#### Task goal:
Only one stretch of the data below is needed. Output the lines from the one with "f 143 73 75" up to and including the one with "f 140 16 115", exactly as they stand.

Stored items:

•••

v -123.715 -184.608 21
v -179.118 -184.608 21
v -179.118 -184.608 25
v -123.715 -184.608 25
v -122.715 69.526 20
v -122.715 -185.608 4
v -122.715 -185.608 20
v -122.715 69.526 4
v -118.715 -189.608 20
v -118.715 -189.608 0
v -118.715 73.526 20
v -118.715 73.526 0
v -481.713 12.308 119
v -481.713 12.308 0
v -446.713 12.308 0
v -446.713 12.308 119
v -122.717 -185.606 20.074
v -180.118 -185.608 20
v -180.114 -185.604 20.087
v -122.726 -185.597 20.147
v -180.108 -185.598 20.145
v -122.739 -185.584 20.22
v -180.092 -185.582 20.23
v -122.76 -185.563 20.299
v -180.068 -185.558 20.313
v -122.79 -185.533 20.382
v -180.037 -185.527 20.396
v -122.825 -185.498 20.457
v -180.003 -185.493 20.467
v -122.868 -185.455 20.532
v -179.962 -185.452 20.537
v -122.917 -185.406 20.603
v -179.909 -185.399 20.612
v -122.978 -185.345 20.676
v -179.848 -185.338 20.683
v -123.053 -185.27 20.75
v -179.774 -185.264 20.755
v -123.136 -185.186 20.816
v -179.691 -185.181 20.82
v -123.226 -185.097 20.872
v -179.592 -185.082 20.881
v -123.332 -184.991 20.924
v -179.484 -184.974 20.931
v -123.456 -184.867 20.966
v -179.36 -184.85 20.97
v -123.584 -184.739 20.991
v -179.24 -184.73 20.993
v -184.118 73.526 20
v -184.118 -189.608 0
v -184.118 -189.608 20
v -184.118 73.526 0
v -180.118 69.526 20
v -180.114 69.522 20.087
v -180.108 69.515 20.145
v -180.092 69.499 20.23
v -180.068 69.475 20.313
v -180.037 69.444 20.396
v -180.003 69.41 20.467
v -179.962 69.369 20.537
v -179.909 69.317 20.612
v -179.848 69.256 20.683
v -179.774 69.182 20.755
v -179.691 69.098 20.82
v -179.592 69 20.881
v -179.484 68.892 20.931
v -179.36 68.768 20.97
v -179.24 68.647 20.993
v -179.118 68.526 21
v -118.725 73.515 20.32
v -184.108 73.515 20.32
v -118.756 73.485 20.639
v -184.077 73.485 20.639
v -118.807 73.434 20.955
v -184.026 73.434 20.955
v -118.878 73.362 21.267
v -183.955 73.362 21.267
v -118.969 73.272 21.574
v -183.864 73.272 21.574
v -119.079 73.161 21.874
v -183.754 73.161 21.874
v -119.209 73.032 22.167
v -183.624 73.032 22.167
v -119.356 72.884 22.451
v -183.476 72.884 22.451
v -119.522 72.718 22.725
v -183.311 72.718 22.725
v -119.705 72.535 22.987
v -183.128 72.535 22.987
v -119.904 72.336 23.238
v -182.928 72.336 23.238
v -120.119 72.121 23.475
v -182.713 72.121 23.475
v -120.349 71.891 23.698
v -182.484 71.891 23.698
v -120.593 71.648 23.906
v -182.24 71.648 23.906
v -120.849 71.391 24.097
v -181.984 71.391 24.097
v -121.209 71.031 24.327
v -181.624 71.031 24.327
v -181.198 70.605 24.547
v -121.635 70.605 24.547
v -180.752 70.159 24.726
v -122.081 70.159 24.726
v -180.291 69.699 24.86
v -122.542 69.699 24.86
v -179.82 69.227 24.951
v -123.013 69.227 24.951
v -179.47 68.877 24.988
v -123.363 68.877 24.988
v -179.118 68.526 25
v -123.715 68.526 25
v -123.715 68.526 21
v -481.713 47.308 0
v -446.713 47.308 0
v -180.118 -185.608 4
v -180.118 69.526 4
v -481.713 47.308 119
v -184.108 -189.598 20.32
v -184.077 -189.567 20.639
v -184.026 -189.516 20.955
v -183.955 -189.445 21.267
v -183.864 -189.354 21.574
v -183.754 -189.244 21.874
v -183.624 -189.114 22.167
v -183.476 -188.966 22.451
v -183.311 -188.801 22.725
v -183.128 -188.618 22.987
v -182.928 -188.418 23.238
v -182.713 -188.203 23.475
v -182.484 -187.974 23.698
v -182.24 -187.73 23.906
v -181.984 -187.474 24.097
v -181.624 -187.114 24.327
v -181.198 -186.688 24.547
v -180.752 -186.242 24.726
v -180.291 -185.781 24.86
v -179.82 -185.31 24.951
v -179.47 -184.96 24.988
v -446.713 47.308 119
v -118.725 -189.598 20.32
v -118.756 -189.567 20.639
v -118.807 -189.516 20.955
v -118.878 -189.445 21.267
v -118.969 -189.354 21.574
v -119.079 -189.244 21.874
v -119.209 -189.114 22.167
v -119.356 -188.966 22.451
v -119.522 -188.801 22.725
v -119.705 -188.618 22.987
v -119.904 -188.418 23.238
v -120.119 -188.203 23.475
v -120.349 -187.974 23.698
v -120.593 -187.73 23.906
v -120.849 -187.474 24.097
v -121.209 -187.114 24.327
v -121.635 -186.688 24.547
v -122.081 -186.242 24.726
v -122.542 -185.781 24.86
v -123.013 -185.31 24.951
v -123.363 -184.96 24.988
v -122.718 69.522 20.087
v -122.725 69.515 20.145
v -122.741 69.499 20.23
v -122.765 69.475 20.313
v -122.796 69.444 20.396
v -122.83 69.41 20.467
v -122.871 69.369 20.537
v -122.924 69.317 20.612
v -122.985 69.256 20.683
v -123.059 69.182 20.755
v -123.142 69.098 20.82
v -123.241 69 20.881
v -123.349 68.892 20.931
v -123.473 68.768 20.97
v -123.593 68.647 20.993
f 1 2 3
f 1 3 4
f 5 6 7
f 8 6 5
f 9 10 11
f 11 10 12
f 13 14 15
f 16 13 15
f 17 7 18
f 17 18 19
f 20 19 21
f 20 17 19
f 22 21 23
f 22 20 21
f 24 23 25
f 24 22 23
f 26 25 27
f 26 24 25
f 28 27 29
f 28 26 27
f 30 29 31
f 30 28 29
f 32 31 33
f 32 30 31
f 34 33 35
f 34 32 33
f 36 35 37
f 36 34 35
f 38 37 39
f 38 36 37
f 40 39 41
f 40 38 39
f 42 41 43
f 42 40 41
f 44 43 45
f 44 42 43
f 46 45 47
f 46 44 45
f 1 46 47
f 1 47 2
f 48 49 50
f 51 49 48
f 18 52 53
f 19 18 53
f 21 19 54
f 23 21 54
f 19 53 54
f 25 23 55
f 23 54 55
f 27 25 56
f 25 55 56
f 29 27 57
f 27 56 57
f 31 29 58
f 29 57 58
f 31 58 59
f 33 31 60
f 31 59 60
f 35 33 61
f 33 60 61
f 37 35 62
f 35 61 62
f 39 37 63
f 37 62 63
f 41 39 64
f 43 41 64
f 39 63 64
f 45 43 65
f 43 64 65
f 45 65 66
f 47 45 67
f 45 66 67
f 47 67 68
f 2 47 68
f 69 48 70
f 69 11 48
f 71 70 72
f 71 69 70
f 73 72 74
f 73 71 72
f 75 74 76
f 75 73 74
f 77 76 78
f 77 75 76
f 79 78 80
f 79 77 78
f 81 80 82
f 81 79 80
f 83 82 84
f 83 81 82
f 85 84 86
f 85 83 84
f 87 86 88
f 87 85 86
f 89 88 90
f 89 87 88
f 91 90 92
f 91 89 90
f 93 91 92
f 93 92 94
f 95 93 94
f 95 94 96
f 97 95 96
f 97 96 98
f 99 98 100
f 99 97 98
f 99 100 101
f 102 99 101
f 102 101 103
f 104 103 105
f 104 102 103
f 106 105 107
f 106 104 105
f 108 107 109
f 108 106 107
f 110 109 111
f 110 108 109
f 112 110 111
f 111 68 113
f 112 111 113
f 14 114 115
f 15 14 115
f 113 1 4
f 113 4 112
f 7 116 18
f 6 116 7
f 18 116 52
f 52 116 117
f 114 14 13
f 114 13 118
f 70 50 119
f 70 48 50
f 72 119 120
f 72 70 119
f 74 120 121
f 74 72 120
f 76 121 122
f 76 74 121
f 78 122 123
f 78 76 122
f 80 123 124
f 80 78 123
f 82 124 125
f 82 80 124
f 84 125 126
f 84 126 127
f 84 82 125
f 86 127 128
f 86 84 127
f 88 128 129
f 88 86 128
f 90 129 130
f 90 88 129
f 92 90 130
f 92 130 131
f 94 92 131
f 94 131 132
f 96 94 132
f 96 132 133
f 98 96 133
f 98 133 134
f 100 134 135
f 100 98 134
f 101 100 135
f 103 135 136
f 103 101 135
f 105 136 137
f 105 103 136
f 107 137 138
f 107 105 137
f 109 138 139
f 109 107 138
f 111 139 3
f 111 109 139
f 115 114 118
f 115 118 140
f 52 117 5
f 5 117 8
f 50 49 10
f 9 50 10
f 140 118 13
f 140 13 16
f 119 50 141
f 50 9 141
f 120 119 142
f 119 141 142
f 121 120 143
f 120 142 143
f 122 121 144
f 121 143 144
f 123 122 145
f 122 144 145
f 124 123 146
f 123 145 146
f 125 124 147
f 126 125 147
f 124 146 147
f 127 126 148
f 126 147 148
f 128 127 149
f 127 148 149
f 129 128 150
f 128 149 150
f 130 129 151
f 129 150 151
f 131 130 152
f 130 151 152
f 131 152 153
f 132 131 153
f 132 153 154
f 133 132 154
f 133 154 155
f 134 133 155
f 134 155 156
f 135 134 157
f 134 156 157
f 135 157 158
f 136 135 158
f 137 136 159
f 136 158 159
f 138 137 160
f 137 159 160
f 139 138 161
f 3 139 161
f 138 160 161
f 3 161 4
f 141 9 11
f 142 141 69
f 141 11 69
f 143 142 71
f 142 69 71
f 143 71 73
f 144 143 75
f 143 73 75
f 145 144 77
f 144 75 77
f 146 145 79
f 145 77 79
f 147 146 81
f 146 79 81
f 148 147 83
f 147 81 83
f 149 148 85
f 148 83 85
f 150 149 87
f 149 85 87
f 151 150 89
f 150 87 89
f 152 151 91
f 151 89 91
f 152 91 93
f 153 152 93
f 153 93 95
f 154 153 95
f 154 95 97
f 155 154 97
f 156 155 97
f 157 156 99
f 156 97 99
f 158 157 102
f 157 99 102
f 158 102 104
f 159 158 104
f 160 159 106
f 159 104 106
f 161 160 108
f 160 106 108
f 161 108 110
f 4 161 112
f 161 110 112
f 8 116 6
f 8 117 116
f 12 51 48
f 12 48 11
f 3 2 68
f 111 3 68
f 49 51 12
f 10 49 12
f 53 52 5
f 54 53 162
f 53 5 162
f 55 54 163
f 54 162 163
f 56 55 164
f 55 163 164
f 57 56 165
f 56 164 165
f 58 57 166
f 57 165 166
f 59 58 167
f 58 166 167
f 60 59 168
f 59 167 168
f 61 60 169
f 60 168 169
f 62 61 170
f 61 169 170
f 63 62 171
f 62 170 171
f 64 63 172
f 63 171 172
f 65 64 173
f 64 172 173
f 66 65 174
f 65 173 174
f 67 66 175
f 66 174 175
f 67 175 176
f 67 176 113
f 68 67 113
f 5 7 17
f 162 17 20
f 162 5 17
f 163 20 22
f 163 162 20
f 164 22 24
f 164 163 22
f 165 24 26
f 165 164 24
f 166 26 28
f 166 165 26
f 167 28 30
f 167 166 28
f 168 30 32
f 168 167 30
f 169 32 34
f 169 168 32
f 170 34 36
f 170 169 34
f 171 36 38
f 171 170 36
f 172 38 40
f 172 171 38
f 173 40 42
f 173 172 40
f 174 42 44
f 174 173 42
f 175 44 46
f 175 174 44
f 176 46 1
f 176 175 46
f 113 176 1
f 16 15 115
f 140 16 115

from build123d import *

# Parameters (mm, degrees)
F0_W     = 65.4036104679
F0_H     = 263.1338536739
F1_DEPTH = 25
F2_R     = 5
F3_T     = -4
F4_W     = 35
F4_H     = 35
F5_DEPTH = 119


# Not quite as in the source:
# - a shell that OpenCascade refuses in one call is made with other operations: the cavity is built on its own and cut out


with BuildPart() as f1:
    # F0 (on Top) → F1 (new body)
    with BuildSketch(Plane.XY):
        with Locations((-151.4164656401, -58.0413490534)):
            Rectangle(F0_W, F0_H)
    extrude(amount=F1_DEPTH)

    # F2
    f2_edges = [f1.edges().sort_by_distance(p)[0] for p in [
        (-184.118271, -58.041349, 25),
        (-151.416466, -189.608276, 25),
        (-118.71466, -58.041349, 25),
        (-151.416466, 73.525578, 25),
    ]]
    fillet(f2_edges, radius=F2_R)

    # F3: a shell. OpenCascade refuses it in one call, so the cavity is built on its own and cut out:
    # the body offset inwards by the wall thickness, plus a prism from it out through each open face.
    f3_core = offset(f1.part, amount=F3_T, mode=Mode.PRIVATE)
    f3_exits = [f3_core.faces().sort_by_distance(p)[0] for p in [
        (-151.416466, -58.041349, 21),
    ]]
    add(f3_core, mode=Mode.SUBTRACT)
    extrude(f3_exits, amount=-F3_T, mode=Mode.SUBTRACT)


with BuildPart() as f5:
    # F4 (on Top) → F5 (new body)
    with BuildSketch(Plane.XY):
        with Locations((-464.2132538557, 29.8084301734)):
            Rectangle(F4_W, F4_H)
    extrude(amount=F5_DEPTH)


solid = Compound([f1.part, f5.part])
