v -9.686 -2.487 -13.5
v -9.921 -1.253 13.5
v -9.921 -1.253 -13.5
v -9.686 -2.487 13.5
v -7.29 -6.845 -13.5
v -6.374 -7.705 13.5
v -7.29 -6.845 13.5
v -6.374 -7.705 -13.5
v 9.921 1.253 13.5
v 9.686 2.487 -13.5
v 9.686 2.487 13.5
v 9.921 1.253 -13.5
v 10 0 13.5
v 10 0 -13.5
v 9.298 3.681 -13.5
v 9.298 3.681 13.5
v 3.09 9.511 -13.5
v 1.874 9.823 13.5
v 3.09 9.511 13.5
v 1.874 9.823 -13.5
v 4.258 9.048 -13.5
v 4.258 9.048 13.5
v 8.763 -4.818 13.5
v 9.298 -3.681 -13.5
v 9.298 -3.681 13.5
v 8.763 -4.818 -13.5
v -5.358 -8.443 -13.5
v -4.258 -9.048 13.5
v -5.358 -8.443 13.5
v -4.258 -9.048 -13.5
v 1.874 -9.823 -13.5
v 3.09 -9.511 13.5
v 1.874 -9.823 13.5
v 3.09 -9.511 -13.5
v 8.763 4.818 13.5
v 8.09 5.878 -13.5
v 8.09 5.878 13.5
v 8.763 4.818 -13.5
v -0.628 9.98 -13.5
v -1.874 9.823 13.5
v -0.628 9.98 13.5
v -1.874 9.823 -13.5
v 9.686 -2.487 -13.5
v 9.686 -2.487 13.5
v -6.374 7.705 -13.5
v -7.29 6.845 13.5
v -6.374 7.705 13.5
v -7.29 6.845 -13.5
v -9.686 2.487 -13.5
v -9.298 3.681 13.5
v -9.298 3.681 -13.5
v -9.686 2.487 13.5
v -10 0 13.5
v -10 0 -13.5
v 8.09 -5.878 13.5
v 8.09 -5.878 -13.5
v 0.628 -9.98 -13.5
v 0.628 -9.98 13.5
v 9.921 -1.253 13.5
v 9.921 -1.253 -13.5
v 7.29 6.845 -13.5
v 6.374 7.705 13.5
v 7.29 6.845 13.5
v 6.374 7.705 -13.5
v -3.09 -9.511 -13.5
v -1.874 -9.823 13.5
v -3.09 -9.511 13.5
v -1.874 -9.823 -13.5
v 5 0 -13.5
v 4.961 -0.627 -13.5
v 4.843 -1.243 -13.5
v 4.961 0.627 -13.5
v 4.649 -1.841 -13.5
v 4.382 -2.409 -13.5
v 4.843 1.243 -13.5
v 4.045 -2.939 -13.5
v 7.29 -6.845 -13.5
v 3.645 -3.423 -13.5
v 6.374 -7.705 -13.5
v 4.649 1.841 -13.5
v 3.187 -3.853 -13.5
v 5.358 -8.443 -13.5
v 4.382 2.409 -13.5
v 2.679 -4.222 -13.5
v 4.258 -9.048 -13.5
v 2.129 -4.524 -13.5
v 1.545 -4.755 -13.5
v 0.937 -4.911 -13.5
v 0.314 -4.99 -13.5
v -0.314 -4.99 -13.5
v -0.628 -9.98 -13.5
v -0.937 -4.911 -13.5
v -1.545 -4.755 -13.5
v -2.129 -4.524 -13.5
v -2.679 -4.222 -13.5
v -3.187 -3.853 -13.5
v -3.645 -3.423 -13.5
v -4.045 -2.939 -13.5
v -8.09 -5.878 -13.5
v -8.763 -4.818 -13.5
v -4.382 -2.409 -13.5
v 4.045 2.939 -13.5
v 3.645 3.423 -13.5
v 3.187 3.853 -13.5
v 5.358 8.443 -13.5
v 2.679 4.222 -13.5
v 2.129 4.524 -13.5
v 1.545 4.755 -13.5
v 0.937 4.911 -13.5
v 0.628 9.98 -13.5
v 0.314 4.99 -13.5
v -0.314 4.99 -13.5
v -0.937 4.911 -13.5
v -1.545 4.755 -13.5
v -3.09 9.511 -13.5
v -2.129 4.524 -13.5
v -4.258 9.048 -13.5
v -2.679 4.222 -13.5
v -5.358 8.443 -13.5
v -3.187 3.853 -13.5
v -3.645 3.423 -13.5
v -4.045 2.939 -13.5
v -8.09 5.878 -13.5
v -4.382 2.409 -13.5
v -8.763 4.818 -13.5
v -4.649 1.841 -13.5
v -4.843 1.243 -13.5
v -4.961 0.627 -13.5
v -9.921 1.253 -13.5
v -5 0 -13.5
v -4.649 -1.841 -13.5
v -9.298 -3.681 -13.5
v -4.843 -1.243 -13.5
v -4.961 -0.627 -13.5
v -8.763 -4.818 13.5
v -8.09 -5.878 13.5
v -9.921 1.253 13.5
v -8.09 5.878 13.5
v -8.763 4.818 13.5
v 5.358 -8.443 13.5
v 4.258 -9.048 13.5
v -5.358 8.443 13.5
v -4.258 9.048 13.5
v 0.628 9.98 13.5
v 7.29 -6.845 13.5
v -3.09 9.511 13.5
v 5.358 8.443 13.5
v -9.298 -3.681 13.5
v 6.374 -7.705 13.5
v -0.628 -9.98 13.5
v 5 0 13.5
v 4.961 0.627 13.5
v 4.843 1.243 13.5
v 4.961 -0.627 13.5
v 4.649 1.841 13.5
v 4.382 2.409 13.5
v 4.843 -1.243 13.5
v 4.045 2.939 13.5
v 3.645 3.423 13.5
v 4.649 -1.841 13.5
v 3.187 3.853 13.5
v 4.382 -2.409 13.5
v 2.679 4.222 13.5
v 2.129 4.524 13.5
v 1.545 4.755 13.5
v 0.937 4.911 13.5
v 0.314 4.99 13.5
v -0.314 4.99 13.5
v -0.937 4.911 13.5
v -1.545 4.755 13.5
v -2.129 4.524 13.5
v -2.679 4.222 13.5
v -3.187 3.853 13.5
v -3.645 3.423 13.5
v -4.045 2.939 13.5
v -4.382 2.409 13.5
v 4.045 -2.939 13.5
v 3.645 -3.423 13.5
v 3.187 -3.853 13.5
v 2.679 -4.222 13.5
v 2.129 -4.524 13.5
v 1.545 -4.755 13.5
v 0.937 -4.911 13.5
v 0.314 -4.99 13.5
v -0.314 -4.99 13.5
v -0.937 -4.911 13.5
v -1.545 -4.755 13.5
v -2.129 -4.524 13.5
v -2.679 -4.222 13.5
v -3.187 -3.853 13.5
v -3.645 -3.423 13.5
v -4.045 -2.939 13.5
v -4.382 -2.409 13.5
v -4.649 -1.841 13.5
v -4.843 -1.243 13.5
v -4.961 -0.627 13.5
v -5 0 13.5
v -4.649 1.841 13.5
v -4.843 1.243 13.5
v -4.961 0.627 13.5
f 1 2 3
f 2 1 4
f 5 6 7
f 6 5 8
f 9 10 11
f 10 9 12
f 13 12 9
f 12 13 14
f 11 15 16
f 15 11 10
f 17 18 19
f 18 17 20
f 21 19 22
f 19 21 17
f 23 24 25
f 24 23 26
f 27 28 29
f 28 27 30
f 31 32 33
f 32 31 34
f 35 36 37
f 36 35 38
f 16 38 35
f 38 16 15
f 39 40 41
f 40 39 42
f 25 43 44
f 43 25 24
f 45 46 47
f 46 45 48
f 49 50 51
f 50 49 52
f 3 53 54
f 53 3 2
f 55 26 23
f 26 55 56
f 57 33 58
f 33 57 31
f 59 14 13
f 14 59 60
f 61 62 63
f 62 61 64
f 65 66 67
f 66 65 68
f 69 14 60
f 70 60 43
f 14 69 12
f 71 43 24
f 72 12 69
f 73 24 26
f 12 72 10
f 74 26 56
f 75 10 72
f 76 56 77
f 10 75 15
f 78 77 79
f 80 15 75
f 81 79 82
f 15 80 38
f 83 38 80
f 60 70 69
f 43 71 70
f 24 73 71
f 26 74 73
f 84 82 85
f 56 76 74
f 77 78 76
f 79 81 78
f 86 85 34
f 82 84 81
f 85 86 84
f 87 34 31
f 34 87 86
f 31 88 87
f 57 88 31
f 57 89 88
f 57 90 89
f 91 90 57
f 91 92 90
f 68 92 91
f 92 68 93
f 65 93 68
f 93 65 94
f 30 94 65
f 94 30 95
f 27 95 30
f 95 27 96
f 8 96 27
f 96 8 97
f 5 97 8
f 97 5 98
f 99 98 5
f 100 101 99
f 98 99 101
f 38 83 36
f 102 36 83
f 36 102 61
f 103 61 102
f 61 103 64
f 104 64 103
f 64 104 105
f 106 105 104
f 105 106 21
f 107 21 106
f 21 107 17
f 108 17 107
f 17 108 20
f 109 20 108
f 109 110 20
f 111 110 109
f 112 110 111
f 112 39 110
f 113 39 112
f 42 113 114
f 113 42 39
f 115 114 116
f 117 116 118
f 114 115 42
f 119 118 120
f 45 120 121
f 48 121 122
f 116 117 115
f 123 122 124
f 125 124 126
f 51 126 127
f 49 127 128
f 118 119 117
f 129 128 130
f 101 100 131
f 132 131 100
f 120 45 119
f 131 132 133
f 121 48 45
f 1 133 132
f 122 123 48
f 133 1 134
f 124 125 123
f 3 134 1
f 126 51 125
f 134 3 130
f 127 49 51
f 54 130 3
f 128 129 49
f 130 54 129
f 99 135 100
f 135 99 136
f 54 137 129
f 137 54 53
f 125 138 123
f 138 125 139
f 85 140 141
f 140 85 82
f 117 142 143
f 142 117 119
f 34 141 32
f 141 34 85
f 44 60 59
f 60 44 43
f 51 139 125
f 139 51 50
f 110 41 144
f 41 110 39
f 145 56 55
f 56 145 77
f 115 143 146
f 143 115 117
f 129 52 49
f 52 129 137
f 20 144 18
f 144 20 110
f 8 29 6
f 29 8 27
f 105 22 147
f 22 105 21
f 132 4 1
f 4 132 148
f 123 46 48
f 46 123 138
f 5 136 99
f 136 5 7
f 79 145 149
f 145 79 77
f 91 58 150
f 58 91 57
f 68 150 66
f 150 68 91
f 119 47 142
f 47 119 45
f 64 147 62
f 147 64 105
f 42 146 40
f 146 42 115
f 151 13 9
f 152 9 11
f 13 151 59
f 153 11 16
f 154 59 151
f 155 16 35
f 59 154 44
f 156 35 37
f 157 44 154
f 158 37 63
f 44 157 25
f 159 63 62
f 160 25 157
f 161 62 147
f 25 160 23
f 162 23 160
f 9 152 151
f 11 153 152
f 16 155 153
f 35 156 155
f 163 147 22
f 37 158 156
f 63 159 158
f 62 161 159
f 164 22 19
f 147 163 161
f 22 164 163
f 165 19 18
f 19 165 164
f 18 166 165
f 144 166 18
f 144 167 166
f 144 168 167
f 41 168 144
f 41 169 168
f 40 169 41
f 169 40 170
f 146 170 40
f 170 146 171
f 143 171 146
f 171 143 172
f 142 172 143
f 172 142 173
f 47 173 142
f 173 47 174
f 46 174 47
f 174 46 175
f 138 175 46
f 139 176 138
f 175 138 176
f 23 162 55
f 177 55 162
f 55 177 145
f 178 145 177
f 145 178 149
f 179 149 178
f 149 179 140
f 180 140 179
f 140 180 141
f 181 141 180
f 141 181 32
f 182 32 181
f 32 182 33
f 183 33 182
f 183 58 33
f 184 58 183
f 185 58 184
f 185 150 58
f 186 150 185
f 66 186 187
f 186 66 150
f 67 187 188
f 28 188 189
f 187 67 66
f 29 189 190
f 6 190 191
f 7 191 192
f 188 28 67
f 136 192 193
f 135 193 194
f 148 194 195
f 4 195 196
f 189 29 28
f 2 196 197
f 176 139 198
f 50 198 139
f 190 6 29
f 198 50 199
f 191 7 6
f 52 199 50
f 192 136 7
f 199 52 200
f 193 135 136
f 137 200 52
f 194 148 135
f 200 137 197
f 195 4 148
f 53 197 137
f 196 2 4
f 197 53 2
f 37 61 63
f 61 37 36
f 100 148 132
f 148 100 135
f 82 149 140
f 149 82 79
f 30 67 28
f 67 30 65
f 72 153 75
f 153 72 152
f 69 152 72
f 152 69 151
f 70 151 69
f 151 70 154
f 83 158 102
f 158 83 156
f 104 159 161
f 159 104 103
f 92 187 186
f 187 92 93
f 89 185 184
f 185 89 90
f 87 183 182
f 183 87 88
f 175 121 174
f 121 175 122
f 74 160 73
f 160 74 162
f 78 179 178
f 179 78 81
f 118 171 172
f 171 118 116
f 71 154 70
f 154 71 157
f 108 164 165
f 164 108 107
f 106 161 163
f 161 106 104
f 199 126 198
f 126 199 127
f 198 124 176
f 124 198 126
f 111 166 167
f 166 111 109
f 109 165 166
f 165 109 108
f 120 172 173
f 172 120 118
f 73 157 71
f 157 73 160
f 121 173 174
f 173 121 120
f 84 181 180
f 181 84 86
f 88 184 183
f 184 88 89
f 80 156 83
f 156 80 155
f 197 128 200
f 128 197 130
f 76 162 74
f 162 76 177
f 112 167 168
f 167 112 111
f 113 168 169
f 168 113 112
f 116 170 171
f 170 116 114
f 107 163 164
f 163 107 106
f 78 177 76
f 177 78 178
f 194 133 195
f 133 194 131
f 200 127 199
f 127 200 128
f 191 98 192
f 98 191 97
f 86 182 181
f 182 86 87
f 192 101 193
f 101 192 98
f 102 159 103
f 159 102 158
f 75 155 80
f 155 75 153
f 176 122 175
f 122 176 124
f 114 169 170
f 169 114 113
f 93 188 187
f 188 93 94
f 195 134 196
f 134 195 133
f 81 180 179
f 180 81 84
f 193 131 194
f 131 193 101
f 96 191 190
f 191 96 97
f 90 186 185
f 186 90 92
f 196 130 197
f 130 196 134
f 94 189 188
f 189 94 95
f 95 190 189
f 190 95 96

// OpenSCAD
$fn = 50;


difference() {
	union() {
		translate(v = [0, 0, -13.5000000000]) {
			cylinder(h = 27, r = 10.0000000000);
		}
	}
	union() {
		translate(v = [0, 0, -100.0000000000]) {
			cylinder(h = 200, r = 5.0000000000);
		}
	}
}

•••

#### Answer:
f 143 73 75
f 145 144 77
f 144 75 77
f 146 145 79
f 145 77 79
f 147 146 81
f 146 79 81
f 148 147 83
f 147 81 83
f 149 148 85
f 148 83 85
f 150 149 87
f 149 85 87
f 151 150 89
f 150 87 89
f 152 151 91
f 151 89 91
f 152 91 93
f 153 152 93
f 153 93 95
f 154 153 95
f 154 95 97
f 155 154 97
f 156 155 97
f 157 156 99
f 156 97 99
f 158 157 102
f 157 99 102
f 158 102 104
f 159 158 104
f 160 159 106
f 159 104 106
f 161 160 108
f 160 106 108
f 161 108 110
f 4 161 112
f 161 110 112
f 8 116 6
f 8 117 116
f 12 51 48
f 12 48 11
f 3 2 68
f 111 3 68
f 49 51 12
f 10 49 12
f 53 52 5
f 54 53 162
f 53 5 162
f 55 54 163
f 54 162 163
f 56 55 164
f 55 163 164
f 57 56 165
f 56 164 165
f 58 57 166
f 57 165 166
f 59 58 167
f 58 166 167
f 60 59 168
f 59 167 168
f 61 60 169
f 60 168 169
f 62 61 170
f 61 169 170
f 63 62 171
f 62 170 171
f 64 63 172
f 63 171 172
f 65 64 173
f 64 172 173
f 66 65 174
f 65 173 174
f 67 66 175
f 66 174 175
f 67 175 176
f 67 176 113
f 68 67 113
f 5 7 17
f 162 17 20
f 162 5 17
f 163 20 22
f 163 162 20
f 164 22 24
f 164 163 22
f 165 24 26
f 165 164 24
f 166 26 28
f 166 165 26
f 167 28 30
f 167 166 28
f 168 30 32
f 168 167 30
f 169 32 34
f 169 168 32
f 170 34 36
f 170 169 34
f 171 36 38
f 171 170 36
f 172 38 40
f 172 171 38
f 173 40 42
f 173 172 40
f 174 42 44
f 174 173 42
f 175 44 46
f 175 174 44
f 176 46 1
f 176 175 46
f 113 176 1
f 16 15 115
f 140 16 115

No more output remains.